:: Records for this task ::
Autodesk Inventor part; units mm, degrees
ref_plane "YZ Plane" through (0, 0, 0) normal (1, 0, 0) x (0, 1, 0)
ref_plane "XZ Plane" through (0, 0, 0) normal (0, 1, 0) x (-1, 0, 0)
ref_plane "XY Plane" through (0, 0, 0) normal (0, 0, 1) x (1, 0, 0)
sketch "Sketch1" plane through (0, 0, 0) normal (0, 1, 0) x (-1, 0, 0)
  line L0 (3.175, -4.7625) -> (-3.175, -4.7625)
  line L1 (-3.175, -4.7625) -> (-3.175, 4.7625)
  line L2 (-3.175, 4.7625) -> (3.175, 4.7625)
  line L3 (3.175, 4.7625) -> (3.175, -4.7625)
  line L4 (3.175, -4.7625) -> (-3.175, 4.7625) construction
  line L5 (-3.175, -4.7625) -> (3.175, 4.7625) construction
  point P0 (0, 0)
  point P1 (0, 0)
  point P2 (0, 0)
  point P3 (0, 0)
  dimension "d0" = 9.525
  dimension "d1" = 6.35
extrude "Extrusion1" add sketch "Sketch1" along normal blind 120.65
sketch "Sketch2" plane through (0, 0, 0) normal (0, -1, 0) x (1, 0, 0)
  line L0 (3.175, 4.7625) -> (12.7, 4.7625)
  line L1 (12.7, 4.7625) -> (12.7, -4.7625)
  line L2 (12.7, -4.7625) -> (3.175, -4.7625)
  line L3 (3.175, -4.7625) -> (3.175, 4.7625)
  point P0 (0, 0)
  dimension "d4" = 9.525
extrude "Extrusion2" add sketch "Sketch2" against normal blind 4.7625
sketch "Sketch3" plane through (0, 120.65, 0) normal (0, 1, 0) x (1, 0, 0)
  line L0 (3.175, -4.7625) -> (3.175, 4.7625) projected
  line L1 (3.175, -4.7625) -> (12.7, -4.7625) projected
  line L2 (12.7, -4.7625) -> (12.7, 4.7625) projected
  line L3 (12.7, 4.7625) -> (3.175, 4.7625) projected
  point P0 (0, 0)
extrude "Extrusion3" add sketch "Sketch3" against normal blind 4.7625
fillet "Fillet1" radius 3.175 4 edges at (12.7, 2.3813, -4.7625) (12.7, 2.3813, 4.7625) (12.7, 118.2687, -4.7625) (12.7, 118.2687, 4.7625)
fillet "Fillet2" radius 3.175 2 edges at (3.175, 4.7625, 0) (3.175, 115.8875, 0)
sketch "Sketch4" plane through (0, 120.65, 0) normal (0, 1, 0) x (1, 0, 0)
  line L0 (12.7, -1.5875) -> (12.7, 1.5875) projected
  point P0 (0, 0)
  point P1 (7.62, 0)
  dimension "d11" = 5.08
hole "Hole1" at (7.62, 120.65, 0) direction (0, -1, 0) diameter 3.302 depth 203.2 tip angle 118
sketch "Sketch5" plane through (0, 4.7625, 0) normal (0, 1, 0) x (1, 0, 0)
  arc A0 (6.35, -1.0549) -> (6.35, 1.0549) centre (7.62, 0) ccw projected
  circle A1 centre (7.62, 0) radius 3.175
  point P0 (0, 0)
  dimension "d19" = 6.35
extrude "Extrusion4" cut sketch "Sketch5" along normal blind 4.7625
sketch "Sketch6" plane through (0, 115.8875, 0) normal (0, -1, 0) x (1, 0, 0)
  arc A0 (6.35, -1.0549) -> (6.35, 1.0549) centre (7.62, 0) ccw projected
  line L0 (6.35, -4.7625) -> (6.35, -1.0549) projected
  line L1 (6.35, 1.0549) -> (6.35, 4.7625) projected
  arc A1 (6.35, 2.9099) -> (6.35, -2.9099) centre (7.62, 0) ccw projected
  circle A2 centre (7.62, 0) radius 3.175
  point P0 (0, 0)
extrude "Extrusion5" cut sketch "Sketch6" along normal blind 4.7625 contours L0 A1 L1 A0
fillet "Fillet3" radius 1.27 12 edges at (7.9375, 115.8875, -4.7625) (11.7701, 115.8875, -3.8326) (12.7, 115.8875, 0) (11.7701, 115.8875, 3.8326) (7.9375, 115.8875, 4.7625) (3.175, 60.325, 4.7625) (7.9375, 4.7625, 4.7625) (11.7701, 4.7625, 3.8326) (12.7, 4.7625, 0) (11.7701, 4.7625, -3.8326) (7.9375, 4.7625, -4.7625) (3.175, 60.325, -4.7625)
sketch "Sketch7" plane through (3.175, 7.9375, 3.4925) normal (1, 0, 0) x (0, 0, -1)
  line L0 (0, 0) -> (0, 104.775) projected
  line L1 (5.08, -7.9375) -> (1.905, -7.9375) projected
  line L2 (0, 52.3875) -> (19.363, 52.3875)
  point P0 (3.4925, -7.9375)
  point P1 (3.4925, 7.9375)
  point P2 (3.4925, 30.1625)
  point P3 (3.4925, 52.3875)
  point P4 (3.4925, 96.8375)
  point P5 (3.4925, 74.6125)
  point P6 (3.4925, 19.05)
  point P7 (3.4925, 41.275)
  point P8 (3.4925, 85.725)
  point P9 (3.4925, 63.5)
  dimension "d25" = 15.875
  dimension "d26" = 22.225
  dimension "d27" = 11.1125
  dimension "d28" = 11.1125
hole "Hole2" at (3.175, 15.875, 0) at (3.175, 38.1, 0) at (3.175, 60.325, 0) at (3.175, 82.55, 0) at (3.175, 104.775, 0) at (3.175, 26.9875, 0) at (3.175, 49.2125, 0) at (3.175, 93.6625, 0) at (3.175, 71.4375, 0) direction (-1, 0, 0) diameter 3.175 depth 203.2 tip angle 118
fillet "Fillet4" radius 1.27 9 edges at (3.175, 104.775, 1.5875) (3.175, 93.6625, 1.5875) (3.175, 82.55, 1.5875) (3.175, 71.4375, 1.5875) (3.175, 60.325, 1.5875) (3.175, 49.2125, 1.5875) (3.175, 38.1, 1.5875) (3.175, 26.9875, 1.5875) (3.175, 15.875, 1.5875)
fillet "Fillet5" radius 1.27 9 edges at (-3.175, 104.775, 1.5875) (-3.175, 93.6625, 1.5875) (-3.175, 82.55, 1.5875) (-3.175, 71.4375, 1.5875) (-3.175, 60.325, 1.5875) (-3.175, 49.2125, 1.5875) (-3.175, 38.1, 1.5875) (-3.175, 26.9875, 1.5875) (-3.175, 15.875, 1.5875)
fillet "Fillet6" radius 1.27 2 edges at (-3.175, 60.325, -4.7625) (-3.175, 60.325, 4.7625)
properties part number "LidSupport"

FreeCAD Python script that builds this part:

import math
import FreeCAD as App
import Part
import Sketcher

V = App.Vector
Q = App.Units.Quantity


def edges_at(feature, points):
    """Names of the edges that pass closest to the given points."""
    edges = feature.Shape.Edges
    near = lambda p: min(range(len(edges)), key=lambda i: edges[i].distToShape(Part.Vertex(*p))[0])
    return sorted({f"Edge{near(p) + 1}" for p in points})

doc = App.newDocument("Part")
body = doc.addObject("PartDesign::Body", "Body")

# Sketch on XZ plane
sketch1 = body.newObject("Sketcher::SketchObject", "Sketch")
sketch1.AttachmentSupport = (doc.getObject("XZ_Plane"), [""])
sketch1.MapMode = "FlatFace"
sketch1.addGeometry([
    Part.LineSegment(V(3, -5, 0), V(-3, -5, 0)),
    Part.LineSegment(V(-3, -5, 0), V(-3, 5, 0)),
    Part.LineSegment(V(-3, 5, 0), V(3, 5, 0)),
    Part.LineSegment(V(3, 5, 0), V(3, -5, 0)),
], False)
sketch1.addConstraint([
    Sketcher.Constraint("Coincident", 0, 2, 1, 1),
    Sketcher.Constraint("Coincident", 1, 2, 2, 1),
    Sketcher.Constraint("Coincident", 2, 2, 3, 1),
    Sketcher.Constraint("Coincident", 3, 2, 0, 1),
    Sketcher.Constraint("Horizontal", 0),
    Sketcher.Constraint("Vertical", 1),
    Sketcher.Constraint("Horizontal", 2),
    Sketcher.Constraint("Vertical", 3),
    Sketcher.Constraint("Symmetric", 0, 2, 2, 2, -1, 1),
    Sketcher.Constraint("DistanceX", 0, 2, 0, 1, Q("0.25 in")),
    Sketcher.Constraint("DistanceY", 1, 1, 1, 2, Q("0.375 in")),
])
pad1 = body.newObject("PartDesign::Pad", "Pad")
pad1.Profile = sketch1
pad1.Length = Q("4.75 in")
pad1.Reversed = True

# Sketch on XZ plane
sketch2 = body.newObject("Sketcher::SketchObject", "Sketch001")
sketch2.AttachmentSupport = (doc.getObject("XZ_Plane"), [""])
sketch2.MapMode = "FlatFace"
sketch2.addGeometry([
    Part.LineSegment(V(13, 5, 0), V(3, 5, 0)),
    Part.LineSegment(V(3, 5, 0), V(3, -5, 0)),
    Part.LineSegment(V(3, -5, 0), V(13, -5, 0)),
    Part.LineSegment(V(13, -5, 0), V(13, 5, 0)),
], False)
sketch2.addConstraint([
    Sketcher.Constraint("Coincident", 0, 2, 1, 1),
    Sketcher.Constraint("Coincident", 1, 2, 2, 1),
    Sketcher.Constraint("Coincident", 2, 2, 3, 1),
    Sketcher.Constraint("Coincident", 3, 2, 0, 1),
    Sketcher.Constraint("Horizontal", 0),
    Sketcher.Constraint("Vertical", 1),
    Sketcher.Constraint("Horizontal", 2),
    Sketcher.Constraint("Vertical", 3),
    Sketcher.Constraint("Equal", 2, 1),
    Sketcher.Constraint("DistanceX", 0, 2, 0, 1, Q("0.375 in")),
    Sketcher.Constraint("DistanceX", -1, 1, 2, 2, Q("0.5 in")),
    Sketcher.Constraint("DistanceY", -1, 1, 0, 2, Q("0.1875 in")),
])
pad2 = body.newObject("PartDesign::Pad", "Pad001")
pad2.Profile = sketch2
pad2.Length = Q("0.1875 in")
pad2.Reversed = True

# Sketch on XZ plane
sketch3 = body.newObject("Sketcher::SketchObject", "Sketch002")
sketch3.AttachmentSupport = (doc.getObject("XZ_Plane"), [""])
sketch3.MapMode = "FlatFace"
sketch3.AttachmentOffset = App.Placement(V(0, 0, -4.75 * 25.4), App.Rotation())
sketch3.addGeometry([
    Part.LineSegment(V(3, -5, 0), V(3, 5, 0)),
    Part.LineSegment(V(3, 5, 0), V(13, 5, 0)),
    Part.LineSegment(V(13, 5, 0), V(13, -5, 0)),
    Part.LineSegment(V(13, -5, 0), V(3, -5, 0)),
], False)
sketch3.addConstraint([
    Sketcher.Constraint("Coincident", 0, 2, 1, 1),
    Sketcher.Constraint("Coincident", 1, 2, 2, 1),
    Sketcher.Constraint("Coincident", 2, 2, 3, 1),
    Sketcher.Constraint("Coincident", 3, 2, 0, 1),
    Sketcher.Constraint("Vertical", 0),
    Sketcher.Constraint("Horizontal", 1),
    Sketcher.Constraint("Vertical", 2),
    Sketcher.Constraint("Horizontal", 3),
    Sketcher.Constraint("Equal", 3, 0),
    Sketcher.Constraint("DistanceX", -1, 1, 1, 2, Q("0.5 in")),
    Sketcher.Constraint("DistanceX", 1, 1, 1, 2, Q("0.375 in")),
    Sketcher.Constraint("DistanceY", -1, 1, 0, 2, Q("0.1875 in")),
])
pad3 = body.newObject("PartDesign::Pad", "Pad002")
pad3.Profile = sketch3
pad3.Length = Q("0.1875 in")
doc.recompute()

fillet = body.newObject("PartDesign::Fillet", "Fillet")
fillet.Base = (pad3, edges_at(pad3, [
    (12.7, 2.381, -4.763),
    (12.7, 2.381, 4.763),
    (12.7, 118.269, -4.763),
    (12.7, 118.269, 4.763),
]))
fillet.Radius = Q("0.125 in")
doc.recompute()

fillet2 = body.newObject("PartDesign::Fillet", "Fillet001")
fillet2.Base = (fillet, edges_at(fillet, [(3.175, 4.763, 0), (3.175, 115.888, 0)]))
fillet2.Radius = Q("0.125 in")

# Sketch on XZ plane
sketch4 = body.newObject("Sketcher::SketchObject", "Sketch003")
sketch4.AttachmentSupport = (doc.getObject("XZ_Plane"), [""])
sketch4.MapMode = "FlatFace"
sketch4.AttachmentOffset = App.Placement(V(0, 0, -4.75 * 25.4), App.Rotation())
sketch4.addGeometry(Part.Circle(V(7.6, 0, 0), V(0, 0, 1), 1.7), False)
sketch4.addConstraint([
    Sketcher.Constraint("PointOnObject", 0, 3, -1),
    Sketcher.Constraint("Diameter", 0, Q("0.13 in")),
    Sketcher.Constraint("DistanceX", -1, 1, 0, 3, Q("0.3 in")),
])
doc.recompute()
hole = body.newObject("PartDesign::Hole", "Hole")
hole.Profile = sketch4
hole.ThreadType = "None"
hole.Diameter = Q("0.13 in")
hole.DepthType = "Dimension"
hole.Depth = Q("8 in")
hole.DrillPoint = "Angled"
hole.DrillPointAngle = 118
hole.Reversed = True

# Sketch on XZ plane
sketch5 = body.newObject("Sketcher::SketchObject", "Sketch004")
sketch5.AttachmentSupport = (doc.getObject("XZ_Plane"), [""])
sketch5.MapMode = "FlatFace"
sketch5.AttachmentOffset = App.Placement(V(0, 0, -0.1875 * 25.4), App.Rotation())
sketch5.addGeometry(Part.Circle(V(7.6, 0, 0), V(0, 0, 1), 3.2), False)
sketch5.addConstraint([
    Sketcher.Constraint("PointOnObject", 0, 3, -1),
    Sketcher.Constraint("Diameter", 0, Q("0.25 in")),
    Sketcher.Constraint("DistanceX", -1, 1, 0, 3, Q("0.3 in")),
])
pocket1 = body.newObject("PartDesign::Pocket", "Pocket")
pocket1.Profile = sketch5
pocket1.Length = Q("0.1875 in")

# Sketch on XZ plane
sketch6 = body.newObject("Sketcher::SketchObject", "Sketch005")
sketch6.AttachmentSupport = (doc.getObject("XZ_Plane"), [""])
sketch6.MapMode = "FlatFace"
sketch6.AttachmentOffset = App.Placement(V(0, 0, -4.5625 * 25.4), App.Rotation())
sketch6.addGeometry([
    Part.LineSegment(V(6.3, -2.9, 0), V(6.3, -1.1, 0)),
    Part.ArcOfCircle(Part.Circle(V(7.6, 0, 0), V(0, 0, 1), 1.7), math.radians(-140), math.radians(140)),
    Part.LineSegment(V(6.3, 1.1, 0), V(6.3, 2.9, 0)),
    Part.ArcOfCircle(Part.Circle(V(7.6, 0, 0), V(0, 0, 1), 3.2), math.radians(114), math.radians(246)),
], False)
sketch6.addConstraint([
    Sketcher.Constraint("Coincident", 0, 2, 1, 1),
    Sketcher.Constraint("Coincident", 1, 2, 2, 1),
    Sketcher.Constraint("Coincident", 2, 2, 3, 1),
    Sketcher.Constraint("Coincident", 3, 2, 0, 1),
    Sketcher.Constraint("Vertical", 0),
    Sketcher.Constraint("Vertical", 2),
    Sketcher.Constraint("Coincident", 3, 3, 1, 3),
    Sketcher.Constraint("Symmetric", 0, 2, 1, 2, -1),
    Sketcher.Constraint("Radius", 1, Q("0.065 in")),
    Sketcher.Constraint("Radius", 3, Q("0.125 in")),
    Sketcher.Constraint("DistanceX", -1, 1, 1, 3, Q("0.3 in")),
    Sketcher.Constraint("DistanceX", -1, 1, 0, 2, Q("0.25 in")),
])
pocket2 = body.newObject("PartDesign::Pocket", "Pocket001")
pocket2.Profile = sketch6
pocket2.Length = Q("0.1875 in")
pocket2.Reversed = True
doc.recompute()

:: What the task requires ::
Some lines above may contain the string "centre". State how many of them the records have, and nothing more.

:: Task response ::
5